For testing and evaluation, 3.6 Preview — it's free and fast. For production workloads, 3.5-Plus. The preview collects your prompt data, lacks stability guarantees, and doesn't support multimodal input. Don't build customer-facing products on it.
Is Qwen-Plus better than Qwen-Max?
Different tools for different jobs. Max is more powerful on hard reasoning tasks — math, science, competitive programming. Plus is significantly cheaper and handles 90% of production workloads just as well. If you're not sure, start with Plus and only upgrade to Max if you hit quality ceilings on your specific task.

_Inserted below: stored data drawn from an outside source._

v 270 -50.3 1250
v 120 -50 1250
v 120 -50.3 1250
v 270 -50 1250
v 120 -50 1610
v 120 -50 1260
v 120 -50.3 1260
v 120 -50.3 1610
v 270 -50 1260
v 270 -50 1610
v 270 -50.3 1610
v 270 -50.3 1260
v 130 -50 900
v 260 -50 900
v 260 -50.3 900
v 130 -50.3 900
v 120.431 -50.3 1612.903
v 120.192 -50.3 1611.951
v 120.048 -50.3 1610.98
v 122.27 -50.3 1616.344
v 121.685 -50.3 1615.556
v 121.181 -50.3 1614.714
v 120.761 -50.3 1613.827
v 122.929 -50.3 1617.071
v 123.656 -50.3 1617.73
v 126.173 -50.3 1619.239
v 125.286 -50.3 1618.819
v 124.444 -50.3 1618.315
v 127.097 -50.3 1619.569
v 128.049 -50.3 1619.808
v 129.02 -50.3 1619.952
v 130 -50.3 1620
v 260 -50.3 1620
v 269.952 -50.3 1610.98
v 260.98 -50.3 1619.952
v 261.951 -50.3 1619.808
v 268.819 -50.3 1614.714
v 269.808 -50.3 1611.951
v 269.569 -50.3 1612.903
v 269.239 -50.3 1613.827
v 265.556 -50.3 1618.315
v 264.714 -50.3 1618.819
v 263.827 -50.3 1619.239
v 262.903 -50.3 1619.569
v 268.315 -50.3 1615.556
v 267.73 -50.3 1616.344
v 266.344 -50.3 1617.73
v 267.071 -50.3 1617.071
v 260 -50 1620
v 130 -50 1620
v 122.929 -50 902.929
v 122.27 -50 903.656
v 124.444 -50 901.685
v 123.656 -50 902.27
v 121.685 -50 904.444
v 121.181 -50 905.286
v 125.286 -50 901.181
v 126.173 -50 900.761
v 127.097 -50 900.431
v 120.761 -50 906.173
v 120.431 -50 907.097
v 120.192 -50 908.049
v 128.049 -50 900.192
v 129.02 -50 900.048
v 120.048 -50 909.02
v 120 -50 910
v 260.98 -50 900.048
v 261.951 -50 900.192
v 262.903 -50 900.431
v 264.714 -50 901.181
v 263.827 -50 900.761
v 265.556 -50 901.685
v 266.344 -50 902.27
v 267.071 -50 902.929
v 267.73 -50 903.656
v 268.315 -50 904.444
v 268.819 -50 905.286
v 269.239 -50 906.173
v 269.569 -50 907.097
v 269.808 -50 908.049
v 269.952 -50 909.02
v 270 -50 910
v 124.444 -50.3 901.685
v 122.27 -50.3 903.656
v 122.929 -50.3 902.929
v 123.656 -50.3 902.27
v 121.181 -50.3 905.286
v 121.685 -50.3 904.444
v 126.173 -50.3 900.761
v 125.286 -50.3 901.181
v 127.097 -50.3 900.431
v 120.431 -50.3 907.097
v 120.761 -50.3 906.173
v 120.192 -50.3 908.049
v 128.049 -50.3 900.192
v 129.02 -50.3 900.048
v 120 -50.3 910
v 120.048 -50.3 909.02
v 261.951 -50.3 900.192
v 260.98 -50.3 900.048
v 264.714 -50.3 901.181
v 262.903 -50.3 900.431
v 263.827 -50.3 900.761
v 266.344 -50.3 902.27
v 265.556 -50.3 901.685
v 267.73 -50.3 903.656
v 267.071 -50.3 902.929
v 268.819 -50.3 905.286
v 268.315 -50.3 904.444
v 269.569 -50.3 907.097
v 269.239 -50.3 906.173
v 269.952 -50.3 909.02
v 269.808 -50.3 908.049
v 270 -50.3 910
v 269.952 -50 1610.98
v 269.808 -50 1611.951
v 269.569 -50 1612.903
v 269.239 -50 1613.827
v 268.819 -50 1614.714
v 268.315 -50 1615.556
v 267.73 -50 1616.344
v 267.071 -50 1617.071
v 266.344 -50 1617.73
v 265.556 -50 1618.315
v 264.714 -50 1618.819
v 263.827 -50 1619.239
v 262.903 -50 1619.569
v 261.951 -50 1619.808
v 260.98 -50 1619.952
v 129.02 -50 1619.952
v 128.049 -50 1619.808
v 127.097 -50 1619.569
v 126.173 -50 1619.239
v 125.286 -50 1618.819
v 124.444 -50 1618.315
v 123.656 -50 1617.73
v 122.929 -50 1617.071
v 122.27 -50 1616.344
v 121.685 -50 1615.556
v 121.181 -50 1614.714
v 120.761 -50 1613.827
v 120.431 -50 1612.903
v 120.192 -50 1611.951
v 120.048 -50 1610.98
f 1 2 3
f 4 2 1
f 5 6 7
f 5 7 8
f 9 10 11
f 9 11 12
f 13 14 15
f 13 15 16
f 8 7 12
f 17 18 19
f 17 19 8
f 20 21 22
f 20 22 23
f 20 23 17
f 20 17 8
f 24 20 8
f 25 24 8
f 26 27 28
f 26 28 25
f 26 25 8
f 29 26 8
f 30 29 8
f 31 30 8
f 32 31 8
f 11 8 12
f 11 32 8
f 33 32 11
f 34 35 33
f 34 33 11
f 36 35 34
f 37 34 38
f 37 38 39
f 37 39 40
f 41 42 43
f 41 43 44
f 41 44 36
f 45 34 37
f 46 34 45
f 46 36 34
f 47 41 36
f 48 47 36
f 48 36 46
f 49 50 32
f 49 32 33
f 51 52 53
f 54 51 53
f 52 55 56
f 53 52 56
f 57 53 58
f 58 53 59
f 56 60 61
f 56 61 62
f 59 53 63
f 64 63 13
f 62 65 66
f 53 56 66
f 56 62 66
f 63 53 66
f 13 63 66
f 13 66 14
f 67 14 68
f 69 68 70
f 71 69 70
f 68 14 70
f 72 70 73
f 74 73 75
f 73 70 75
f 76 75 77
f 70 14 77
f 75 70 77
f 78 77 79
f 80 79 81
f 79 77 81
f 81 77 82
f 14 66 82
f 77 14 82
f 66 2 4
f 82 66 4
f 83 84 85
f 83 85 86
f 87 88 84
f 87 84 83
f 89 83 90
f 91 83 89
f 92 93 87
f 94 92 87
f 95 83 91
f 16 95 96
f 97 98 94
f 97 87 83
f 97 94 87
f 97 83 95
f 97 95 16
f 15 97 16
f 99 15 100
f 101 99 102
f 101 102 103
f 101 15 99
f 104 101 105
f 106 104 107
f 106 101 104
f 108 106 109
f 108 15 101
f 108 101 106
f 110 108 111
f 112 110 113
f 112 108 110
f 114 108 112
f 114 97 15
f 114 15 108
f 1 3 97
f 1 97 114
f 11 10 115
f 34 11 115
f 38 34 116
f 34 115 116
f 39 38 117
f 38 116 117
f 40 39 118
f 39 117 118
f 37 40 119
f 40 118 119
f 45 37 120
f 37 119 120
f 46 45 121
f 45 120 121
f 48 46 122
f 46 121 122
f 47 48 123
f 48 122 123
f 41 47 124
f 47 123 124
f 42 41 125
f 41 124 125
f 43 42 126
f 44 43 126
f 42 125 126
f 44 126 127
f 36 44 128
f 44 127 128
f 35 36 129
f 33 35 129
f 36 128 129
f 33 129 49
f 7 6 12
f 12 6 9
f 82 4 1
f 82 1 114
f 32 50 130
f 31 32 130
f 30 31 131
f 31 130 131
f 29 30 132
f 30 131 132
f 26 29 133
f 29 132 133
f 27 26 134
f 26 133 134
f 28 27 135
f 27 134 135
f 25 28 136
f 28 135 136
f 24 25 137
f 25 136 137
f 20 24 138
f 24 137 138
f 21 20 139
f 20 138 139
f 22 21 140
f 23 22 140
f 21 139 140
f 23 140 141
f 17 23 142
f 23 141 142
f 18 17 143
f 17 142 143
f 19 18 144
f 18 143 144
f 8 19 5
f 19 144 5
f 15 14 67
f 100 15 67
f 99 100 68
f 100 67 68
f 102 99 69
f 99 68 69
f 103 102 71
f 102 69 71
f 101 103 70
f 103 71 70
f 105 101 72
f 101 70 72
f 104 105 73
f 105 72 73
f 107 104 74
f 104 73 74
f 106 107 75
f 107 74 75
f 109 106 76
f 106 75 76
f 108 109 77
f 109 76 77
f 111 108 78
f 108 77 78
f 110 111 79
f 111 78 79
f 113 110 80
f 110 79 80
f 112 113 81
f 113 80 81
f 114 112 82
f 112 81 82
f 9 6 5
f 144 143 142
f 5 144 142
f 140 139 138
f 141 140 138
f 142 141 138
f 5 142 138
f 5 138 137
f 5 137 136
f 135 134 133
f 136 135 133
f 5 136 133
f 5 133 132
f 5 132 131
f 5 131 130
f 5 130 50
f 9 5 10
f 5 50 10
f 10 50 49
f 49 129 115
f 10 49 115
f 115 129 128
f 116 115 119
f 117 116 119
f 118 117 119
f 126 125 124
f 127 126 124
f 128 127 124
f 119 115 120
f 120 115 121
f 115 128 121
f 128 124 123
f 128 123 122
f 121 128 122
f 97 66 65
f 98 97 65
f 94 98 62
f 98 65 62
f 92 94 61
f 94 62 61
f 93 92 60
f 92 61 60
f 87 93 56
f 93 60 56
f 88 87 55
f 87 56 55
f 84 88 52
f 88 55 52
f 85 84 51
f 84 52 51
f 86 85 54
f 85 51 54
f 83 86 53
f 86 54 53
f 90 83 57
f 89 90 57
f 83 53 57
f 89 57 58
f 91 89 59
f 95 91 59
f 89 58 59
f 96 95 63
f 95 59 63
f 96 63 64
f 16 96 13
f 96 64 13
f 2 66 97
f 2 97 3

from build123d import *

# Parameters (mm, degrees)
RECTANGLE_W      = 1217.787964
RECTANGLE_H      = 10
EXTRUDE008_DEPTH = 150
EXTRUDE007_DEPTH = 0.3


with BuildPart() as extrude008:
    # Rectangle → Extrude008 (new body)
    with BuildSketch(Plane.XZ):
        with Locations((608.893982, 5)):
            Rectangle(RECTANGLE_W, RECTANGLE_H)
    extrude(amount=EXTRUDE008_DEPTH)


with BuildPart() as extrude008_1:
    # Extrude008 placement: moved
    add(extrude008.part.moved(Location((0, 0, 1250))))


with BuildPart() as cut:
    # Sketch007 → Extrude007 (new body)
    with BuildSketch(Plane.XZ):
        with BuildLine():
            ThreePointArc((10, 720), (2.928932, 717.071068), (0, 710))
            Line((0, 10), (0, 710))
            ThreePointArc((0, 10), (2.928932, 2.928932), (10, 0))
            Line((140, 0), (10, 0))
            ThreePointArc((140, 0), (147.071068, 2.928932), (150, 10))
            Line((150, 710), (150, 10))
            ThreePointArc((150, 710), (147.071068, 717.071068), (140, 720))
            Line((10, 720), (140, 720))
        make_face()
    extrude(amount=EXTRUDE007_DEPTH)


with BuildPart() as cut_1:
    # Extrude007 placement: moved
    add(cut.part.moved(Location((120, -50, 900))))

    # Cut: cut Extrude008
    add(extrude008_1.part, mode=Mode.SUBTRACT)


solid = cut_1.part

Can I run Qwen Plus models locally?
The API models themselves are cloud-only. However, Qwen3.5-Plus runs the same Qwen 3.5 architecture (397B MoE) that's open-source under Apache 2.0. You can self-host it with enough hardware (~256GB+ RAM). For smaller local options, see our Run Locally guide or check if your GPU can handle it.
When will Qwen 3.6 be fully released?
No official date from Alibaba yet. The 3.6-Plus-Preview is the first public model from the 3.6 generation. Based on past patterns (Qwen 3.5 went from preview to stable in about 4-6 weeks), a full release could come in late April or May 2026 — but that's speculation, not a confirmed timeline.

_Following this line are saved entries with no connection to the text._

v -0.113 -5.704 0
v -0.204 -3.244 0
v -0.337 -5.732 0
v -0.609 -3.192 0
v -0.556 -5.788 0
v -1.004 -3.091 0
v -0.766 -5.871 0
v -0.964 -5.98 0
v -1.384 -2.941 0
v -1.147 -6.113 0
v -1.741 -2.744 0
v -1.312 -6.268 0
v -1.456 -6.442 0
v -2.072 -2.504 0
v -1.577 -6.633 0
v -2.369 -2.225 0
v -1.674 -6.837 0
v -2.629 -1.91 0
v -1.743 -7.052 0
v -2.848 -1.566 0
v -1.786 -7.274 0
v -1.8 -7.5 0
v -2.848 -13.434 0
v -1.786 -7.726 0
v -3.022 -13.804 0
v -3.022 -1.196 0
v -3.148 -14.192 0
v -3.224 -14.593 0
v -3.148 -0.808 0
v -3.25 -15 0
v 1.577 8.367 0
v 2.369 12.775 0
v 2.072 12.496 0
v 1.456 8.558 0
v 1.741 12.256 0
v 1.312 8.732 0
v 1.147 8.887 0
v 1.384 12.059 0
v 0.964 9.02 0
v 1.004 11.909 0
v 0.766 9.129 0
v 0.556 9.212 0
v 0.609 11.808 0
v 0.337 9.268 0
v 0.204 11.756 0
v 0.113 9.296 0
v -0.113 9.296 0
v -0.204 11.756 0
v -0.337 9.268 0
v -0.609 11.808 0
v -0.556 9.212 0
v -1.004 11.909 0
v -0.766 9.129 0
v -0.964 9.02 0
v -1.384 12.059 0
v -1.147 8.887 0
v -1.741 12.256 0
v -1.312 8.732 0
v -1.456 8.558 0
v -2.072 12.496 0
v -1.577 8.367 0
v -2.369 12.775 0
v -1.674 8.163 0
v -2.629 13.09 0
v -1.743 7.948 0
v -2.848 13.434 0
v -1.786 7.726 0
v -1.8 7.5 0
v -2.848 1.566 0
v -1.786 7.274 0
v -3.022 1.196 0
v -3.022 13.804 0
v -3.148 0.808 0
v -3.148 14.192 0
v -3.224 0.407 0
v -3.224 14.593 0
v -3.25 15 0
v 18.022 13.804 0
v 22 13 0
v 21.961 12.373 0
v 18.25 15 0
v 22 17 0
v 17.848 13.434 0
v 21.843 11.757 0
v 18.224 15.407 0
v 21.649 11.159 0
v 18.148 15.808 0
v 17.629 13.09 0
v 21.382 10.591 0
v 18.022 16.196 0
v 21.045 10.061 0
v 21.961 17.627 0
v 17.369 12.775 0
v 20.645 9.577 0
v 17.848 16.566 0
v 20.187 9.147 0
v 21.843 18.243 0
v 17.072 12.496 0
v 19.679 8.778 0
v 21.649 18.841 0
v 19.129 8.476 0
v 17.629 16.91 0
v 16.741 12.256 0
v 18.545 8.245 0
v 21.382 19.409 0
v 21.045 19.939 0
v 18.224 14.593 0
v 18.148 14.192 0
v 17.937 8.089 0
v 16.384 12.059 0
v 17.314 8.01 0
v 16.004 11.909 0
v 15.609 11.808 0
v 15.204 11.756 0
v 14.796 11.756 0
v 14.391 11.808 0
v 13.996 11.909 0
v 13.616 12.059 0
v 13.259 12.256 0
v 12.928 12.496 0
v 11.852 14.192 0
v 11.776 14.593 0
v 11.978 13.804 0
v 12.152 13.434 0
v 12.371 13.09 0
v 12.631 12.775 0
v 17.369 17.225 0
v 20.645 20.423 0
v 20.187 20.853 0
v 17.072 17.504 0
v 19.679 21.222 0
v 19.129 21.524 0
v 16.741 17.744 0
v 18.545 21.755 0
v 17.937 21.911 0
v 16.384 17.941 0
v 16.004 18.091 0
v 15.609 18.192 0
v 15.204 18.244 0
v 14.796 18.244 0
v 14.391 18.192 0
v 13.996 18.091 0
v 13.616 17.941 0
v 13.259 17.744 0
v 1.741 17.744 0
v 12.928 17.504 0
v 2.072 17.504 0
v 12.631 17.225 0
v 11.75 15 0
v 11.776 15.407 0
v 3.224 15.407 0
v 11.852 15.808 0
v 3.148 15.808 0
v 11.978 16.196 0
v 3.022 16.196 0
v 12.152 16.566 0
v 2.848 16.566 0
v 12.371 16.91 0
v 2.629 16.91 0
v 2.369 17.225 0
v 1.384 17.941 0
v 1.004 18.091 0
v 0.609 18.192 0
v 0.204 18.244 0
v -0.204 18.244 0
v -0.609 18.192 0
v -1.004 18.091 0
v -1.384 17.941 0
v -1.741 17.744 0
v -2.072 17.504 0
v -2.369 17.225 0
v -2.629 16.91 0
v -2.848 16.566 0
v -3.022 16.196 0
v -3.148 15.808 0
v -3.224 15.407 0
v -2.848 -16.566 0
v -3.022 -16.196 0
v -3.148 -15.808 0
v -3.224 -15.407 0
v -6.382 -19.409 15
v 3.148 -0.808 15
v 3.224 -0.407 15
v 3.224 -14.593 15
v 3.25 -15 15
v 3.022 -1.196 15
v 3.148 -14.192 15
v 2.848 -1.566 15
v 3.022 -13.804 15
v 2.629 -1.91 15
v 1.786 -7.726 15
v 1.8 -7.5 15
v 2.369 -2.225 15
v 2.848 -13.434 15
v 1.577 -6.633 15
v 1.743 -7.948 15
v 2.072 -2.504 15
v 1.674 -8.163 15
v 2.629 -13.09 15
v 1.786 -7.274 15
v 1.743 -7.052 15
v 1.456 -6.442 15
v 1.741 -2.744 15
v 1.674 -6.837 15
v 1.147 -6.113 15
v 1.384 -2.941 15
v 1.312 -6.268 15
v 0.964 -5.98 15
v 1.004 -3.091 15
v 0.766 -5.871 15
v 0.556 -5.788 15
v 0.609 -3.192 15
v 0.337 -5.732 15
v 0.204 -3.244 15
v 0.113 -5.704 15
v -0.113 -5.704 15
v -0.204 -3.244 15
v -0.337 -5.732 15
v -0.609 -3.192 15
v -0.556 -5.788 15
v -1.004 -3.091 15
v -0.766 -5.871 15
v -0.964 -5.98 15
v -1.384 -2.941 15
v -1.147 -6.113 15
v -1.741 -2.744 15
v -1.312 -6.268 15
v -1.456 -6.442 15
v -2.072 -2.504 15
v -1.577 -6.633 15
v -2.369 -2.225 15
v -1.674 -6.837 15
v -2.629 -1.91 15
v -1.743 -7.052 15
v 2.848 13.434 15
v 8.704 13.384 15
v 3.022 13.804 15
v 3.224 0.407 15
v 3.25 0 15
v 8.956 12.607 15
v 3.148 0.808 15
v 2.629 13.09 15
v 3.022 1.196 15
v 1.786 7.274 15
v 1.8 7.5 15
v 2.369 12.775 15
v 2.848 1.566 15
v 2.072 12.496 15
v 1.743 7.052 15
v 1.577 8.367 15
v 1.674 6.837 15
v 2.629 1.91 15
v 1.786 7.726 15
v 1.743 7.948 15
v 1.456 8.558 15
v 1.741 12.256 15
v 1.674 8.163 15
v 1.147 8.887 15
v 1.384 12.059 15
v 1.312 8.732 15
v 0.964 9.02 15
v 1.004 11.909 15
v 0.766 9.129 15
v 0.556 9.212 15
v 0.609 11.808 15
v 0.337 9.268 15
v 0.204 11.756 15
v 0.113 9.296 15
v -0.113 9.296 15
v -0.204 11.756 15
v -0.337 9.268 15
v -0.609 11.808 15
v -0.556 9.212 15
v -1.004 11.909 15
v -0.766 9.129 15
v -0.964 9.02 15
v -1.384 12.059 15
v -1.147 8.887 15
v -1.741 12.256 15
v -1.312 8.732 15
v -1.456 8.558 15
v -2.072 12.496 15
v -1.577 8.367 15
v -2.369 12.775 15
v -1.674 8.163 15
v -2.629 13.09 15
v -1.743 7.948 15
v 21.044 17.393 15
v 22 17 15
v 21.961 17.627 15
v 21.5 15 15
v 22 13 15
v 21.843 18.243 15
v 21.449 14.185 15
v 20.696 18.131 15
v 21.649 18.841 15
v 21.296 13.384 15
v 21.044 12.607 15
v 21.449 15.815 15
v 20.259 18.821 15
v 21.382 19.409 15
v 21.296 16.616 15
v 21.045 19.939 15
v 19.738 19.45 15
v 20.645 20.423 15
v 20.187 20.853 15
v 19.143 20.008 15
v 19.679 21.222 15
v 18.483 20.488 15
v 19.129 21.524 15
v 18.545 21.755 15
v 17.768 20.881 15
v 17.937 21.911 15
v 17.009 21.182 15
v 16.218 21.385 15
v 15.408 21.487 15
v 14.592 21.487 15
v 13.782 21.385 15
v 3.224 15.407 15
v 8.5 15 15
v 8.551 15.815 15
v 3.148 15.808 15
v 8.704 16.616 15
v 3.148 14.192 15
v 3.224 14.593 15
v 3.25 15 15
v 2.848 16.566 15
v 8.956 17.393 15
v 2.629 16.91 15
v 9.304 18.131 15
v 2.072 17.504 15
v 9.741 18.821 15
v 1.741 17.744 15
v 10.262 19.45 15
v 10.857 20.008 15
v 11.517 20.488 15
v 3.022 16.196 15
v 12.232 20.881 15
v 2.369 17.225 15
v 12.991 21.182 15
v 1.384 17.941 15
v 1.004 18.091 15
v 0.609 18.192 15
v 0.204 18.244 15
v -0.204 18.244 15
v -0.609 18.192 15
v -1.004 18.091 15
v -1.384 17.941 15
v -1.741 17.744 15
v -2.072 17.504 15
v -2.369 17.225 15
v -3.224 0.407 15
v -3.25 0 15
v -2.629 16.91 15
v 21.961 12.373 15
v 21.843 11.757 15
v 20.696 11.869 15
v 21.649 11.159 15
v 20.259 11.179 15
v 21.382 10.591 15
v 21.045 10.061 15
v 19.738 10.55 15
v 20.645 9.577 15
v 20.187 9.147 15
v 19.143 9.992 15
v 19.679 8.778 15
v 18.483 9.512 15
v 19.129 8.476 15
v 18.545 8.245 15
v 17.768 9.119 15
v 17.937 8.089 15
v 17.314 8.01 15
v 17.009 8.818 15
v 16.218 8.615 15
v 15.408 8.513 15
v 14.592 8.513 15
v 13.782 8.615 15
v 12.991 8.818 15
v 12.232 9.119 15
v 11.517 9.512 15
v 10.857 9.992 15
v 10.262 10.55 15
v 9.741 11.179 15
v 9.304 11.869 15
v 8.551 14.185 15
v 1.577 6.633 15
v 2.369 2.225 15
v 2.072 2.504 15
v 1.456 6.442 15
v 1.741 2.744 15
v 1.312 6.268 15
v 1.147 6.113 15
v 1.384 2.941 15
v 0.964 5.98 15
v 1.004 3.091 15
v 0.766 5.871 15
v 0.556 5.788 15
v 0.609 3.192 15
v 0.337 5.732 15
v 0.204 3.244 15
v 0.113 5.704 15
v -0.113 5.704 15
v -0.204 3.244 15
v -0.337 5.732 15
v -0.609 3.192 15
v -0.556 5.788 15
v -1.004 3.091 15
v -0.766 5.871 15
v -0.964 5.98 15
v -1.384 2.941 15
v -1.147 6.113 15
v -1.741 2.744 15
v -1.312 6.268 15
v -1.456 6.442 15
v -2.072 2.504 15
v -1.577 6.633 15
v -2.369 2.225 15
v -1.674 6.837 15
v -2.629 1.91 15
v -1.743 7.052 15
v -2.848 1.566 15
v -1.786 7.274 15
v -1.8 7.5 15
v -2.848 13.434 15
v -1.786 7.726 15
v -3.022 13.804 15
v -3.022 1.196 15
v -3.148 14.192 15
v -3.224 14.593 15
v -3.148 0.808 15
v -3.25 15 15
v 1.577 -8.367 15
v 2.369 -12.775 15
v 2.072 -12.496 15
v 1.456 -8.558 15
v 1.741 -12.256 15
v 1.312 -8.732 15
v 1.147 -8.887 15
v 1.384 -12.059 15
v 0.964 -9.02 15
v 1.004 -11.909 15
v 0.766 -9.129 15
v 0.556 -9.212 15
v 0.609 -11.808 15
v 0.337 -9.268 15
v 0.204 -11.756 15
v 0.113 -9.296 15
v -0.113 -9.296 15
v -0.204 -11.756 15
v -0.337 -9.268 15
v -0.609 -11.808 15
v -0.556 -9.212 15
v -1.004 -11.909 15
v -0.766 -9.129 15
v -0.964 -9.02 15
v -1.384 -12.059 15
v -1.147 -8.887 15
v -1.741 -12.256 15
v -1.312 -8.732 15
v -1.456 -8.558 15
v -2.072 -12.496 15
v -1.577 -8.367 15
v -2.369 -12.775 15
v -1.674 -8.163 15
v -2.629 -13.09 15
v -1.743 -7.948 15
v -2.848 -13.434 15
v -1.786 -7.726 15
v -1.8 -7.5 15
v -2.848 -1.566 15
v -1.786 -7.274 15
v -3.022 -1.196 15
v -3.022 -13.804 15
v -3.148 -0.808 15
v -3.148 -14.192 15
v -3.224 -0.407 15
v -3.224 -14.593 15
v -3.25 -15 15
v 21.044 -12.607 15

How does Qwen-Plus compare to GPT-4o?
Qwen3.5-Plus matches GPT-4o on most enterprise tasks — document understanding, instruction following, structured output — at roughly 10x lower cost and with 8x more context (1M vs 128K). GPT-4o has a more mature ecosystem and broader third-party tool support. For coding-heavy workloads, benchmark carefully on your specific tasks before committing.
What happened to Qwen-Turbo?
Deprecated. Alibaba recommends Qwen-Flash as the replacement — same low-cost, high-speed niche at $0.05/M input tokens.